Assignment: Beneath this line are the data; copy exactly the part of them that opens with the line containing "# 草图4 → 凸台-拉伸4 (add)" and closes with the line containing "The same part", and only that part.

Extracted entries:
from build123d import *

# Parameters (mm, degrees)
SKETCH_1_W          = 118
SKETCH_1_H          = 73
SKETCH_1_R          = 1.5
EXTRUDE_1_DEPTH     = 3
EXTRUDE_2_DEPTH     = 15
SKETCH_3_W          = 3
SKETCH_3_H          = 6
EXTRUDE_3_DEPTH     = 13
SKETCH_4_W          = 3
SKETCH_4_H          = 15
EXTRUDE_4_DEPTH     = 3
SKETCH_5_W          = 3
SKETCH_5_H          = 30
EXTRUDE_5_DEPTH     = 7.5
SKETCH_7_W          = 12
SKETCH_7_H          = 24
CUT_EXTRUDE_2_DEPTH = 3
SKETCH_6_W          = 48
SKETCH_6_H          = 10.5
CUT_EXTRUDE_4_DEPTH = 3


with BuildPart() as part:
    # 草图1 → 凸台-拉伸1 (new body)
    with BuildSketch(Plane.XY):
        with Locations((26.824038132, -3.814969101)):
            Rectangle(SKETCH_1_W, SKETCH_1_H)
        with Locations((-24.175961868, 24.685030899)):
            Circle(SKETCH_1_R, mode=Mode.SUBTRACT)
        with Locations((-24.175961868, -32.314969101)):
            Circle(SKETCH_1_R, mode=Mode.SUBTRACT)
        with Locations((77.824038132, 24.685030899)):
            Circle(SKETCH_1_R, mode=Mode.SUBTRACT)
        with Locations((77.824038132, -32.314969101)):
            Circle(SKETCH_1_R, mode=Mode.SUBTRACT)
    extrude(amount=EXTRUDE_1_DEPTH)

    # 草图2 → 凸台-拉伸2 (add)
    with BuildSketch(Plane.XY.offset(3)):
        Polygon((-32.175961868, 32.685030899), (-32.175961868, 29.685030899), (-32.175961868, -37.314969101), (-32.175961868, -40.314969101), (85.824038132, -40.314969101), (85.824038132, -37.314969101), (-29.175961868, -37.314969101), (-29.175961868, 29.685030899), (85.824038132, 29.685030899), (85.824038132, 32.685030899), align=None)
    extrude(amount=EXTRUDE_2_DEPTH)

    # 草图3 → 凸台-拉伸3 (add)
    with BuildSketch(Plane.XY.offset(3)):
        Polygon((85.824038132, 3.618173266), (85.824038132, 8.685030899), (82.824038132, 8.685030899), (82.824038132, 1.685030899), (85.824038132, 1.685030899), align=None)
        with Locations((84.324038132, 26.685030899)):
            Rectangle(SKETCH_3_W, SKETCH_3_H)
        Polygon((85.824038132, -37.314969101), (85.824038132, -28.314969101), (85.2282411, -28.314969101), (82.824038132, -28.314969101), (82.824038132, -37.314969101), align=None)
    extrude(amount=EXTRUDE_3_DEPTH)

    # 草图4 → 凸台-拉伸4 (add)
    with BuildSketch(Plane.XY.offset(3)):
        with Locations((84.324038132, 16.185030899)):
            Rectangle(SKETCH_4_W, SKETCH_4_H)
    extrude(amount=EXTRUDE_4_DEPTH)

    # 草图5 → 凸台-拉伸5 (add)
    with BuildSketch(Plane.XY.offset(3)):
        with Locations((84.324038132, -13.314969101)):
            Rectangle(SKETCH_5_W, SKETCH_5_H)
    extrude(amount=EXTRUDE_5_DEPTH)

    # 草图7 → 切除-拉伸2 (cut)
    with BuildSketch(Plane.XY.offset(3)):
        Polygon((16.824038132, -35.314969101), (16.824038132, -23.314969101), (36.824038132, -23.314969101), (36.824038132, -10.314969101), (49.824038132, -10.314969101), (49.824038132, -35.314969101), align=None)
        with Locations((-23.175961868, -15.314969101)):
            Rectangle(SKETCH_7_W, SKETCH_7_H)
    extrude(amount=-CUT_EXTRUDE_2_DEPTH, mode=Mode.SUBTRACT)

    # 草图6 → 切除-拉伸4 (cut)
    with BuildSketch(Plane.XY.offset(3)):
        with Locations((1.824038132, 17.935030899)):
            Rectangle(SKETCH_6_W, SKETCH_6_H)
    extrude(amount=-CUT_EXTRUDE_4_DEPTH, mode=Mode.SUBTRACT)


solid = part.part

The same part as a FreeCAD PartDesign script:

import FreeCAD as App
import Part
import Sketcher
Q = App.Units.Quantity

doc = App.newDocument("Part")
params = doc.addObject("Spreadsheet::Sheet", "Params")
for row, (alias, value) in enumerate([
    ("sketch1_diameter", "3 mm"),
    ("sketch1_width", "118 mm"),
    ("sketch1_height", "73 mm"),
    ("pad1_length", "3 mm"),
    ("sketch2_width", "118 mm"),
    ("sketch2_width2", "115 mm"),
    ("sketch2_height", "73 mm"),
    ("sketch2_height2", "3 mm"),
    ("pad2_length", "15 mm"),
    ("sketch3_width", "3 mm"),
    ("sketch3_height", "7 mm"),
    ("sketch3_height2", "6 mm"),
    ("sketch3_height3", "9 mm"),
    ("pad3_length", "13 mm"),
    ("sketch4_width", "3 mm"),
    ("sketch4_height", "15 mm"),
    ("pad4_length", "3 mm"),
    ("sketch5_width", "3 mm"),
    ("sketch5_height", "30 mm"),
    ("pad5_length", "7.5 mm"),
    ("sketch6_width", "33 mm"),
    ("sketch6_width2", "13 mm"),
    ("sketch6_width3", "12 mm"),
    ("sketch6_height", "24 mm"),
    ("pocket1_length", "3 mm"),
    ("sketch7_width", "48 mm"),
    ("sketch7_height", "10.5 mm"),
    ("pocket2_length", "3 mm"),
], start=1):
    params.set(f"A{row}", alias)
    params.set(f"B{row}", "=" + value)
    params.setAlias(f"B{row}", alias)

body = doc.addObject("PartDesign::Body", "Body")

sketch1 = body.newObject("Sketcher::SketchObject", "Sketch")
sketch1.AttachmentSupport = (doc.getObject("XY_Plane"), [""])
sketch1.MapMode = "FlatFace"
sketch1.addGeometry([
    Part.LineSegment(App.Vector(-32.2, 32.7, 0), App.Vector(-32.2, -40.3, 0)),
    Part.LineSegment(App.Vector(-32.2, -40.3, 0), App.Vector(85.8, -40.3, 0)),
    Part.LineSegment(App.Vector(85.8, -40.3, 0), App.Vector(85.8, 32.7, 0)),
    Part.LineSegment(App.Vector(85.8, 32.7, 0), App.Vector(-32.2, 32.7, 0)),
    Part.Circle(App.Vector(-24.2, -32.3, 0), App.Vector(0, 0, 1), 1.5),
    Part.Circle(App.Vector(77.8, -32.3, 0), App.Vector(0, 0, 1), 1.5),
    Part.Circle(App.Vector(-24.2, 24.7, 0), App.Vector(0, 0, 1), 1.5),
    Part.Circle(App.Vector(77.8, 24.7, 0), App.Vector(0, 0, 1), 1.5),
], False)
sketch1.addConstraint([
    Sketcher.Constraint("Coincident", 0, 2, 1, 1),
    Sketcher.Constraint("Coincident", 1, 2, 2, 1),
    Sketcher.Constraint("Coincident", 2, 2, 3, 1),
    Sketcher.Constraint("Coincident", 3, 2, 0, 1),
    Sketcher.Constraint("Vertical", 0),
    Sketcher.Constraint("Horizontal", 1),
    Sketcher.Constraint("Vertical", 2),
    Sketcher.Constraint("Horizontal", 3),
    Sketcher.Constraint("Equal", 4, 5),
    Sketcher.Constraint("Equal", 5, 6),
    Sketcher.Constraint("Equal", 6, 7),
    Sketcher.Constraint("Horizontal", 4, 3, 5, 3),
    Sketcher.Constraint("Horizontal", 6, 3, 7, 3),
    Sketcher.Constraint("Vertical", 4, 3, 6, 3),
    Sketcher.Constraint("Vertical", 5, 3, 7, 3),
    Sketcher.Constraint("Diameter", 4, Q("3 mm")),
    Sketcher.Constraint("DistanceX", 1, 1, 1, 2, Q("118 mm")),
    Sketcher.Constraint("DistanceY", 0, 2, 0, 1, Q("73 mm")),
    Sketcher.Constraint("DistanceX", 4, 3, 5, 3, Q("102 mm")),
    Sketcher.Constraint("DistanceY", 4, 3, 6, 3, Q("57 mm")),
    Sketcher.Constraint("DistanceX", 0, 2, 4, 3, Q("8 mm")),
    Sketcher.Constraint("DistanceY", 0, 2, 4, 3, Q("8 mm")),
    Sketcher.Constraint("DistanceX", 4, 3, -1, 1, Q("24.175962 mm")),
    Sketcher.Constraint("DistanceY", 4, 3, -1, 1, Q("32.314969 mm")),
])
sketch1.setExpression("Constraints[15]", "Params.sketch1_diameter")
sketch1.setExpression("Constraints[16]", "Params.sketch1_width")
sketch1.setExpression("Constraints[17]", "Params.sketch1_height")
pad1 = body.newObject("PartDesign::Pad", "Pad")
pad1.Profile = sketch1
pad1.setExpression("Length", "Params.pad1_length")

sketch2 = body.newObject("Sketcher::SketchObject", "Sketch001")
sketch2.AttachmentSupport = (doc.getObject("XY_Plane"), [""])
sketch2.MapMode = "FlatFace"
sketch2.AttachmentOffset = App.Placement(App.Vector(0, 0, 3), App.Rotation())
sketch2.addGeometry([
    Part.LineSegment(App.Vector(-32.2, 32.7, 0), App.Vector(-32.2, -40.3, 0)),
    Part.LineSegment(App.Vector(-32.2, -40.3, 0), App.Vector(85.8, -40.3, 0)),
    Part.LineSegment(App.Vector(85.8, -40.3, 0), App.Vector(85.8, -37.3, 0)),
    Part.LineSegment(App.Vector(85.8, -37.3, 0), App.Vector(-29.2, -37.3, 0)),
    Part.LineSegment(App.Vector(-29.2, -37.3, 0), App.Vector(-29.2, 29.7, 0)),
    Part.LineSegment(App.Vector(-29.2, 29.7, 0), App.Vector(85.8, 29.7, 0)),
    Part.LineSegment(App.Vector(85.8, 29.7, 0), App.Vector(85.8, 32.7, 0)),
    Part.LineSegment(App.Vector(85.8, 32.7, 0), App.Vector(-32.2, 32.7, 0)),
], False)
sketch2.addConstraint([
    Sketcher.Constraint("Coincident", 0, 2, 1, 1),
    Sketcher.Constraint("Coincident", 1, 2, 2, 1),
    Sketcher.Constraint("Coincident", 2, 2, 3, 1),
    Sketcher.Constraint("Coincident", 3, 2, 4, 1),
    Sketcher.Constraint("Coincident", 4, 2, 5, 1),
    Sketcher.Constraint("Coincident", 5, 2, 6, 1),
    Sketcher.Constraint("Coincident", 6, 2, 7, 1),
    Sketcher.Constraint("Coincident", 7, 2, 0, 1),
    Sketcher.Constraint("Vertical", 0),
    Sketcher.Constraint("Horizontal", 1),
    Sketcher.Constraint("Vertical", 2),
    Sketcher.Constraint("Horizontal", 3),
    Sketcher.Constraint("Vertical", 4),
    Sketcher.Constraint("Horizontal", 5),
    Sketcher.Constraint("Vertical", 6),
    Sketcher.Constraint("Horizontal", 7),
    Sketcher.Constraint("Vertical", 2, 2, 5, 2),
    Sketcher.Constraint("Equal", 2, 6),
    Sketcher.Constraint("DistanceX", 1, 1, 1, 2, Q("118 mm")),
    Sketcher.Constraint("DistanceX", 3, 2, 3, 1, Q("115 mm")),
    Sketcher.Constraint("DistanceY", 0, 2, 0, 1, Q("73 mm")),
    Sketcher.Constraint("DistanceY", 2, 1, 2, 2, Q("3 mm")),
    Sketcher.Constraint("DistanceX", 0, 2, -1, 1, Q("32.175962 mm")),
    Sketcher.Constraint("DistanceY", 0, 2, -1, 1, Q("40.314969 mm")),
])
sketch2.setExpression("Constraints[18]", "Params.sketch2_width")
sketch2.setExpression("Constraints[19]", "Params.sketch2_width2")
sketch2.setExpression("Constraints[20]", "Params.sketch2_height")
sketch2.setExpression("Constraints[21]", "Params.sketch2_height2")
pad2 = body.newObject("PartDesign::Pad", "Pad001")
pad2.Profile = sketch2
pad2.setExpression("Length", "Params.pad2_length")

sketch3 = body.newObject("Sketcher::SketchObject", "Sketch002")
sketch3.AttachmentSupport = (doc.getObject("XY_Plane"), [""])
sketch3.MapMode = "FlatFace"
sketch3.AttachmentOffset = App.Placement(App.Vector(0, 0, 3), App.Rotation())
sketch3.addGeometry([
    Part.LineSegment(App.Vector(85.8, 8.7, 0), App.Vector(82.8, 8.7, 0)),
    Part.LineSegment(App.Vector(82.8, 8.7, 0), App.Vector(82.8, 1.7, 0)),
    Part.LineSegment(App.Vector(82.8, 1.7, 0), App.Vector(85.8, 1.7, 0)),
    Part.LineSegment(App.Vector(85.8, 1.7, 0), App.Vector(85.8, 8.7, 0)),
    Part.LineSegment(App.Vector(82.8, 29.7, 0), App.Vector(82.8, 23.7, 0)),
    Part.LineSegment(App.Vector(82.8, 23.7, 0), App.Vector(85.8, 23.7, 0)),
    Part.LineSegment(App.Vector(85.8, 23.7, 0), App.Vector(85.8, 29.7, 0)),
    Part.LineSegment(App.Vector(85.8, 29.7, 0), App.Vector(82.8, 29.7, 0)),
    Part.LineSegment(App.Vector(85.8, -37.3, 0), App.Vector(85.8, -28.3, 0)),
    Part.LineSegment(App.Vector(85.8, -28.3, 0), App.Vector(82.8, -28.3, 0)),
    Part.LineSegment(App.Vector(82.8, -28.3, 0), App.Vector(82.8, -37.3, 0)),
    Part.LineSegment(App.Vector(82.8, -37.3, 0), App.Vector(85.8, -37.3, 0)),
], False)
sketch3.addConstraint([
    Sketcher.Constraint("Coincident", 0, 2, 1, 1),
    Sketcher.Constraint("Coincident", 1, 2, 2, 1),
    Sketcher.Constraint("Coincident", 2, 2, 3, 1),
    Sketcher.Constraint("Coincident", 3, 2, 0, 1),
    Sketcher.Constraint("Coincident", 4, 2, 5, 1),
    Sketcher.Constraint("Coincident", 5, 2, 6, 1),
    Sketcher.Constraint("Coincident", 6, 2, 7, 1),
    Sketcher.Constraint("Coincident", 7, 2, 4, 1),
    Sketcher.Constraint("Coincident", 8, 2, 9, 1),
    Sketcher.Constraint("Coincident", 9, 2, 10, 1),
    Sketcher.Constraint("Coincident", 10, 2, 11, 1),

Written solution:
    # 草图4 → 凸台-拉伸4 (add)
    with BuildSketch(Plane.XY.offset(3)):
        with Locations((84.324038132, 16.185030899)):
            Rectangle(SKETCH_4_W, SKETCH_4_H)
    extrude(amount=EXTRUDE_4_DEPTH)

    # 草图5 → 凸台-拉伸5 (add)
    with BuildSketch(Plane.XY.offset(3)):
        with Locations((84.324038132, -13.314969101)):
            Rectangle(SKETCH_5_W, SKETCH_5_H)
    extrude(amount=EXTRUDE_5_DEPTH)

    # 草图7 → 切除-拉伸2 (cut)
    with BuildSketch(Plane.XY.offset(3)):
        Polygon((16.824038132, -35.314969101), (16.824038132, -23.314969101), (36.824038132, -23.314969101), (36.824038132, -10.314969101), (49.824038132, -10.314969101), (49.824038132, -35.314969101), align=None)
        with Locations((-23.175961868, -15.314969101)):
            Rectangle(SKETCH_7_W, SKETCH_7_H)
    extrude(amount=-CUT_EXTRUDE_2_DEPTH, mode=Mode.SUBTRACT)

    # 草图6 → 切除-拉伸4 (cut)
    with BuildSketch(Plane.XY.offset(3)):
        with Locations((1.824038132, 17.935030899)):
            Rectangle(SKETCH_6_W, SKETCH_6_H)
    extrude(amount=-CUT_EXTRUDE_4_DEPTH, mode=Mode.SUBTRACT)


solid = part.part

The same part as a FreeCAD PartDesign script:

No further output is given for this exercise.